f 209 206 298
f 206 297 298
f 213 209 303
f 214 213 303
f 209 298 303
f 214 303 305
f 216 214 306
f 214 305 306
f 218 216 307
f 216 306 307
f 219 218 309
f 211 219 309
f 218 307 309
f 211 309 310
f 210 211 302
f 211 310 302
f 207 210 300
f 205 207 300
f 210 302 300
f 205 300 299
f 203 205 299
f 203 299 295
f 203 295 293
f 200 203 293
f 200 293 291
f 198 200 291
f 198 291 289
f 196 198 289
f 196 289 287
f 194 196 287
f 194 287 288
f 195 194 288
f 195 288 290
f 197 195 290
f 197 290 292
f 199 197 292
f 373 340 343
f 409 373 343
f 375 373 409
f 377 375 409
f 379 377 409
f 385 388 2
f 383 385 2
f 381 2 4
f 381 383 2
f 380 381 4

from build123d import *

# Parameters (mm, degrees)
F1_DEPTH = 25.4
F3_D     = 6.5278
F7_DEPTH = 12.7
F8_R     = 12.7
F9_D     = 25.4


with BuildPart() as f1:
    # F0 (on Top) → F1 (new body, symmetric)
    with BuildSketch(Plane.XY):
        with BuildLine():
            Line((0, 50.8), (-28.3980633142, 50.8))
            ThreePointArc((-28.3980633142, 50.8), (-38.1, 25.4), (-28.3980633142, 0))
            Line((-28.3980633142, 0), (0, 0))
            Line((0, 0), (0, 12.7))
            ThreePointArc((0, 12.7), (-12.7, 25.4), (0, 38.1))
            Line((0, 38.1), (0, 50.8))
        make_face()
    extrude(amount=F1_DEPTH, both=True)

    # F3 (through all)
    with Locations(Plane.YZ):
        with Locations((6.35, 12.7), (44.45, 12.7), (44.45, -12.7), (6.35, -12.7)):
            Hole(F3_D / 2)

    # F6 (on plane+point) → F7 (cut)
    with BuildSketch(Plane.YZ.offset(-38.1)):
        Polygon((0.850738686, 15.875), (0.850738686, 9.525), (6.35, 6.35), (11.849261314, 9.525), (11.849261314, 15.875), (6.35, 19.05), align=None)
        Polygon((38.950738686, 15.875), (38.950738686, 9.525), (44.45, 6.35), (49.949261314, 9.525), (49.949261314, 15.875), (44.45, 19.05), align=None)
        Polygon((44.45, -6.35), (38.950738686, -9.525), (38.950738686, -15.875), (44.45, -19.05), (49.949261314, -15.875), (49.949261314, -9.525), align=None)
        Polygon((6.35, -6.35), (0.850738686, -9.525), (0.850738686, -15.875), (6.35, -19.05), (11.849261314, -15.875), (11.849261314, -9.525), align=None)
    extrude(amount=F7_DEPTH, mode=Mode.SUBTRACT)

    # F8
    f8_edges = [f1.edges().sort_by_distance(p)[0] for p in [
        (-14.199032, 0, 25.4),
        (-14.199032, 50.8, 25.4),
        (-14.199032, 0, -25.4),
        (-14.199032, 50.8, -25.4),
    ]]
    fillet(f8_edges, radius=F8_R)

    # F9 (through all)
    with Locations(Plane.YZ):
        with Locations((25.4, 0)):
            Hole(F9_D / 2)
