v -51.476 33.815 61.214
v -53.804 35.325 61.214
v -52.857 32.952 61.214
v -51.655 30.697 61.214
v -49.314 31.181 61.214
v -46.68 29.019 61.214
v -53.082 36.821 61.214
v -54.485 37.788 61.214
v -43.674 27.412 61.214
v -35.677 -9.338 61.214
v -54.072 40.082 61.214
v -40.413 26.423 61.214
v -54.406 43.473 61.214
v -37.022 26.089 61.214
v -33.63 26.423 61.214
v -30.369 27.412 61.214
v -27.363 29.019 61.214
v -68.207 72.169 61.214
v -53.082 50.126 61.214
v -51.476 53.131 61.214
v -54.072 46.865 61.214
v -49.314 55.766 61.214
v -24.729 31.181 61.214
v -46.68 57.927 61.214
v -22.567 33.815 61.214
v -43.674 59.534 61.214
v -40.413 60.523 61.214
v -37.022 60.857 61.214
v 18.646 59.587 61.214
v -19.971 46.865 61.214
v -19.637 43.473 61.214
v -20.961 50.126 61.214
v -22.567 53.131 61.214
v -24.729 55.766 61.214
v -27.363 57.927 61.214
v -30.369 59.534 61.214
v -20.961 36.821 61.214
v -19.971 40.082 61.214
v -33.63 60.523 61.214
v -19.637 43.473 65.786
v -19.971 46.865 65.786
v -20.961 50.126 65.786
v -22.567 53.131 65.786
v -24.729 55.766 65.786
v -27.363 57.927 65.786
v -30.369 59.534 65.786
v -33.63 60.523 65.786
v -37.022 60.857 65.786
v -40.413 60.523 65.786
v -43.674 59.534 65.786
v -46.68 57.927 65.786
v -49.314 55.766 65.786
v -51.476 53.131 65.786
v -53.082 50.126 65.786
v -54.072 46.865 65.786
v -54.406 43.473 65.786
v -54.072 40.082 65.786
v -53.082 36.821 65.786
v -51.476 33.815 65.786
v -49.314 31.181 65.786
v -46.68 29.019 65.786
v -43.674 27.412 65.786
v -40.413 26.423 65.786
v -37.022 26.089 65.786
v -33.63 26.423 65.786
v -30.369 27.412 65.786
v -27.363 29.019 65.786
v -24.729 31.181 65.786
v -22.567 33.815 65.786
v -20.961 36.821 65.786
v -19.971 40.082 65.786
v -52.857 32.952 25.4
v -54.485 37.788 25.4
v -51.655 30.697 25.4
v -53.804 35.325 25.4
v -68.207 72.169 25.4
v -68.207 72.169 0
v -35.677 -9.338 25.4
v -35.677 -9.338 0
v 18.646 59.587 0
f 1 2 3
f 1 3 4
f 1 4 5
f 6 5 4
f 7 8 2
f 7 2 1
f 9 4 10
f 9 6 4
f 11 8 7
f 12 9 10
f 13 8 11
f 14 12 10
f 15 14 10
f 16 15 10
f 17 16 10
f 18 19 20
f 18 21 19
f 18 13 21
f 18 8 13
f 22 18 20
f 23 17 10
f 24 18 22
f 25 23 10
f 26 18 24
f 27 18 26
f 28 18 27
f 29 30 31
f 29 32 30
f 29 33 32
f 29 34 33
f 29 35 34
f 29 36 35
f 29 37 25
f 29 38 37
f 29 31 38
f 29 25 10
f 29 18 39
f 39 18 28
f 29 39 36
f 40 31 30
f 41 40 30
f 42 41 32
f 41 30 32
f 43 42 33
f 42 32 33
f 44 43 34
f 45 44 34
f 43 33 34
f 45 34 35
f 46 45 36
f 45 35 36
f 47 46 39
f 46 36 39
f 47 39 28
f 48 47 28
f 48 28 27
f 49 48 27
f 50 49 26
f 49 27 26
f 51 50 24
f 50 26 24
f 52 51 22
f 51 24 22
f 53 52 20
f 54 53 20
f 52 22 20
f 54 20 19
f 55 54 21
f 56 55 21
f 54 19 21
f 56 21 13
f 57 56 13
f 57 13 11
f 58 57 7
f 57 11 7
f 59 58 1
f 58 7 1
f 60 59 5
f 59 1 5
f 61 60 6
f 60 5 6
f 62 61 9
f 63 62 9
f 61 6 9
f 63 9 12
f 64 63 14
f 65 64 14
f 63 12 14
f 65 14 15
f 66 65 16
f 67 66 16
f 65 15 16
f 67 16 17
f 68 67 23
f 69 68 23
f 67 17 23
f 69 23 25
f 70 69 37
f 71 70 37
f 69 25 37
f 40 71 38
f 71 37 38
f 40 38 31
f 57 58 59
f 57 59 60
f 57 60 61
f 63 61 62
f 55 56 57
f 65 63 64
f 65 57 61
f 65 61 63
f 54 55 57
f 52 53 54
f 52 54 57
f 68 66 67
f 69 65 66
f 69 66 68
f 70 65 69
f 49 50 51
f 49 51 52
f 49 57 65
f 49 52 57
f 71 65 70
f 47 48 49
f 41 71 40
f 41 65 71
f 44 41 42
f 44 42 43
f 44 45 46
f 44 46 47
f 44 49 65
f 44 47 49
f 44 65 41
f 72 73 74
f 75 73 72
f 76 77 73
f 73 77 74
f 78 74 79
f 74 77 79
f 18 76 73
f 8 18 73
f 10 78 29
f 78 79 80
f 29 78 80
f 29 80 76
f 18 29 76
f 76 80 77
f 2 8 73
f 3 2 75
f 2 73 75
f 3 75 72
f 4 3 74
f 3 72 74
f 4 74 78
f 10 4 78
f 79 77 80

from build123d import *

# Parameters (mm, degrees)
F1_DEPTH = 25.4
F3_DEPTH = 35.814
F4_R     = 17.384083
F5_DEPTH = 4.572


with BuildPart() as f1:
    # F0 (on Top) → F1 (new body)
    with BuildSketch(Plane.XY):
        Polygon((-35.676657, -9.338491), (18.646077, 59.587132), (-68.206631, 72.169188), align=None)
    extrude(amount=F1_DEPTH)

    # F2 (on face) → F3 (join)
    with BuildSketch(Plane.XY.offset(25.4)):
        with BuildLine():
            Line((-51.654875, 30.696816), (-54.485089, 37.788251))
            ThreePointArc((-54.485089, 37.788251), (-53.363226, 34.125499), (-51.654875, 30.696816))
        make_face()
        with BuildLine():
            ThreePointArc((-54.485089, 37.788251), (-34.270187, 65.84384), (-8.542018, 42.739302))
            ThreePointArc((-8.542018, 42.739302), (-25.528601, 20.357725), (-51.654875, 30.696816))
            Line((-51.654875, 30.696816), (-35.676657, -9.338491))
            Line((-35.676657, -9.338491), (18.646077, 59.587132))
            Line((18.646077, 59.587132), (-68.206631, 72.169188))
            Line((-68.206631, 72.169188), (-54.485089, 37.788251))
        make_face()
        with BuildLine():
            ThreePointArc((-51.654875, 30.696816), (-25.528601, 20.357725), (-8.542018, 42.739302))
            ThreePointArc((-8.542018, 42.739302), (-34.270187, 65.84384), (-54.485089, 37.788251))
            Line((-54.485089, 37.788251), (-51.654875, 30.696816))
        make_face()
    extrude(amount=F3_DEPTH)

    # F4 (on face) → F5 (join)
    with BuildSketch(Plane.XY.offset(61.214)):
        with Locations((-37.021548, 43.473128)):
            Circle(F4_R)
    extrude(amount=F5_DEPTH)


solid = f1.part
· · ·
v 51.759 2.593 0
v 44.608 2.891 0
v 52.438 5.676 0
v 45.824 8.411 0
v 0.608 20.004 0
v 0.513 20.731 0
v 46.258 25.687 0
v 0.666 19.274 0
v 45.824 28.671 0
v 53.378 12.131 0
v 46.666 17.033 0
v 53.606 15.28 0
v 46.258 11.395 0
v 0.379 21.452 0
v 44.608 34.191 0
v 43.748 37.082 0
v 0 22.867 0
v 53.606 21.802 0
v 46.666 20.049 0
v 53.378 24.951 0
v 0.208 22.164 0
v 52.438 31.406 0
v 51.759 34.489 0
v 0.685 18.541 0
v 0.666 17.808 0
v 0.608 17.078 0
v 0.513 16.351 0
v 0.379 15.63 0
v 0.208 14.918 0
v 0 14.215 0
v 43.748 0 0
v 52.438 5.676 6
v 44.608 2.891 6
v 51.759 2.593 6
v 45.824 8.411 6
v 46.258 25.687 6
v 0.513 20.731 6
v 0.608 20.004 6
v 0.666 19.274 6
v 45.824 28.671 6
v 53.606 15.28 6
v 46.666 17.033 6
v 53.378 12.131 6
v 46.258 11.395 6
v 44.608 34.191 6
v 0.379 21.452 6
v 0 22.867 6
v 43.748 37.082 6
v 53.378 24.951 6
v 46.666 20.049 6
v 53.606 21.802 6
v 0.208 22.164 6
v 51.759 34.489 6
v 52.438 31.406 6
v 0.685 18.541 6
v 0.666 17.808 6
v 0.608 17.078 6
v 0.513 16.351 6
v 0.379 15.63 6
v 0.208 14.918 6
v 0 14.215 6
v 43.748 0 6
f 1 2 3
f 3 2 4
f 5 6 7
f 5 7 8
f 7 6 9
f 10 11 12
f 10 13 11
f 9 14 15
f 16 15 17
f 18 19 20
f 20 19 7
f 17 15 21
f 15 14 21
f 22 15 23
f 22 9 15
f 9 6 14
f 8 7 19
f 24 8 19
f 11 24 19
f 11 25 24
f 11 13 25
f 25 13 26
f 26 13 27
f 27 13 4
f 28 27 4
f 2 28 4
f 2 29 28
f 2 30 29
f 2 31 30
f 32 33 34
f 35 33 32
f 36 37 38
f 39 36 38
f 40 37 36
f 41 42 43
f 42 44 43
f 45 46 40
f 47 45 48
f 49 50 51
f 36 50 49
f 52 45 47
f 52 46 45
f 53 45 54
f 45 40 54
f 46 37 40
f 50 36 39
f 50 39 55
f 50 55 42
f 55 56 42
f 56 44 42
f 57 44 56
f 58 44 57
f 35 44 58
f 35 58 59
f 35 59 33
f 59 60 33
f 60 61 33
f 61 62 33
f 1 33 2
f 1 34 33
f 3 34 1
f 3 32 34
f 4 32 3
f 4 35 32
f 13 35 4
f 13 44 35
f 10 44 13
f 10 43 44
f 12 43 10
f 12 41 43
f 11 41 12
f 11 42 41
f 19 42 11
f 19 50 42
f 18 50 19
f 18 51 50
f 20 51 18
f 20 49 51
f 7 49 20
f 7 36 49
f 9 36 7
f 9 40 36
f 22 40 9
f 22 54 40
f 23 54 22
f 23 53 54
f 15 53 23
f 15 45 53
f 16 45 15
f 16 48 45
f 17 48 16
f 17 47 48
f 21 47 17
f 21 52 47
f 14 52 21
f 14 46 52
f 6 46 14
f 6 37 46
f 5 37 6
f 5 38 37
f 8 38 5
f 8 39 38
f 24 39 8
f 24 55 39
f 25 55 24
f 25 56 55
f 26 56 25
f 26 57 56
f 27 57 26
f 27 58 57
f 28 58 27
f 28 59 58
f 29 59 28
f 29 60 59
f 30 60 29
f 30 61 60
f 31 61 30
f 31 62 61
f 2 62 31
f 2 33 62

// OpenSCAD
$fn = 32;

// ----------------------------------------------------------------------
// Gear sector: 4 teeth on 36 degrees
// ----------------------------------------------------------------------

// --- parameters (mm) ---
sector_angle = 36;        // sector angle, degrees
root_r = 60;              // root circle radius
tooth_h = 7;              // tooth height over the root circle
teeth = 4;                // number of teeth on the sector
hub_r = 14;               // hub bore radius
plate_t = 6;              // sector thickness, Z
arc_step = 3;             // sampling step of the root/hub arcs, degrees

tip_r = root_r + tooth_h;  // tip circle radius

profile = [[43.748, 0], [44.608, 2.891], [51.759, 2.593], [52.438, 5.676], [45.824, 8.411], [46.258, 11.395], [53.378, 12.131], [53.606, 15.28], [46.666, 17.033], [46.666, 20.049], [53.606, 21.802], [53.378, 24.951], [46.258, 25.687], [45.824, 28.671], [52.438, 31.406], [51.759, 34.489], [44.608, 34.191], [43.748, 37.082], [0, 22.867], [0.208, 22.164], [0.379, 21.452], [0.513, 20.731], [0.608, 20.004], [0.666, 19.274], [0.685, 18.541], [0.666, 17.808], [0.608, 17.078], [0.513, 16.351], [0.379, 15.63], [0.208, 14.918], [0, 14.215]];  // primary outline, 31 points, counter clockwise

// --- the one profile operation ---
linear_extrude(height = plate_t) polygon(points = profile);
· · ·
> **What is expected**
With the first line being the one containing "v -27.363 29.019 61.214" and the last line the one containing "v -27.363 57.927 61.214", transcribe exactly the lines above that fall in that range.

> **Result of this task**
v -27.363 29.019 61.214
v -68.207 72.169 61.214
v -53.082 50.126 61.214
v -51.476 53.131 61.214
v -54.072 46.865 61.214
v -49.314 55.766 61.214
v -24.729 31.181 61.214
v -46.68 57.927 61.214
v -22.567 33.815 61.214
v -43.674 59.534 61.214
v -40.413 60.523 61.214
v -37.022 60.857 61.214
v 18.646 59.587 61.214
v -19.971 46.865 61.214
v -19.637 43.473 61.214
v -20.961 50.126 61.214
v -22.567 53.131 61.214
v -24.729 55.766 61.214
v -27.363 57.927 61.214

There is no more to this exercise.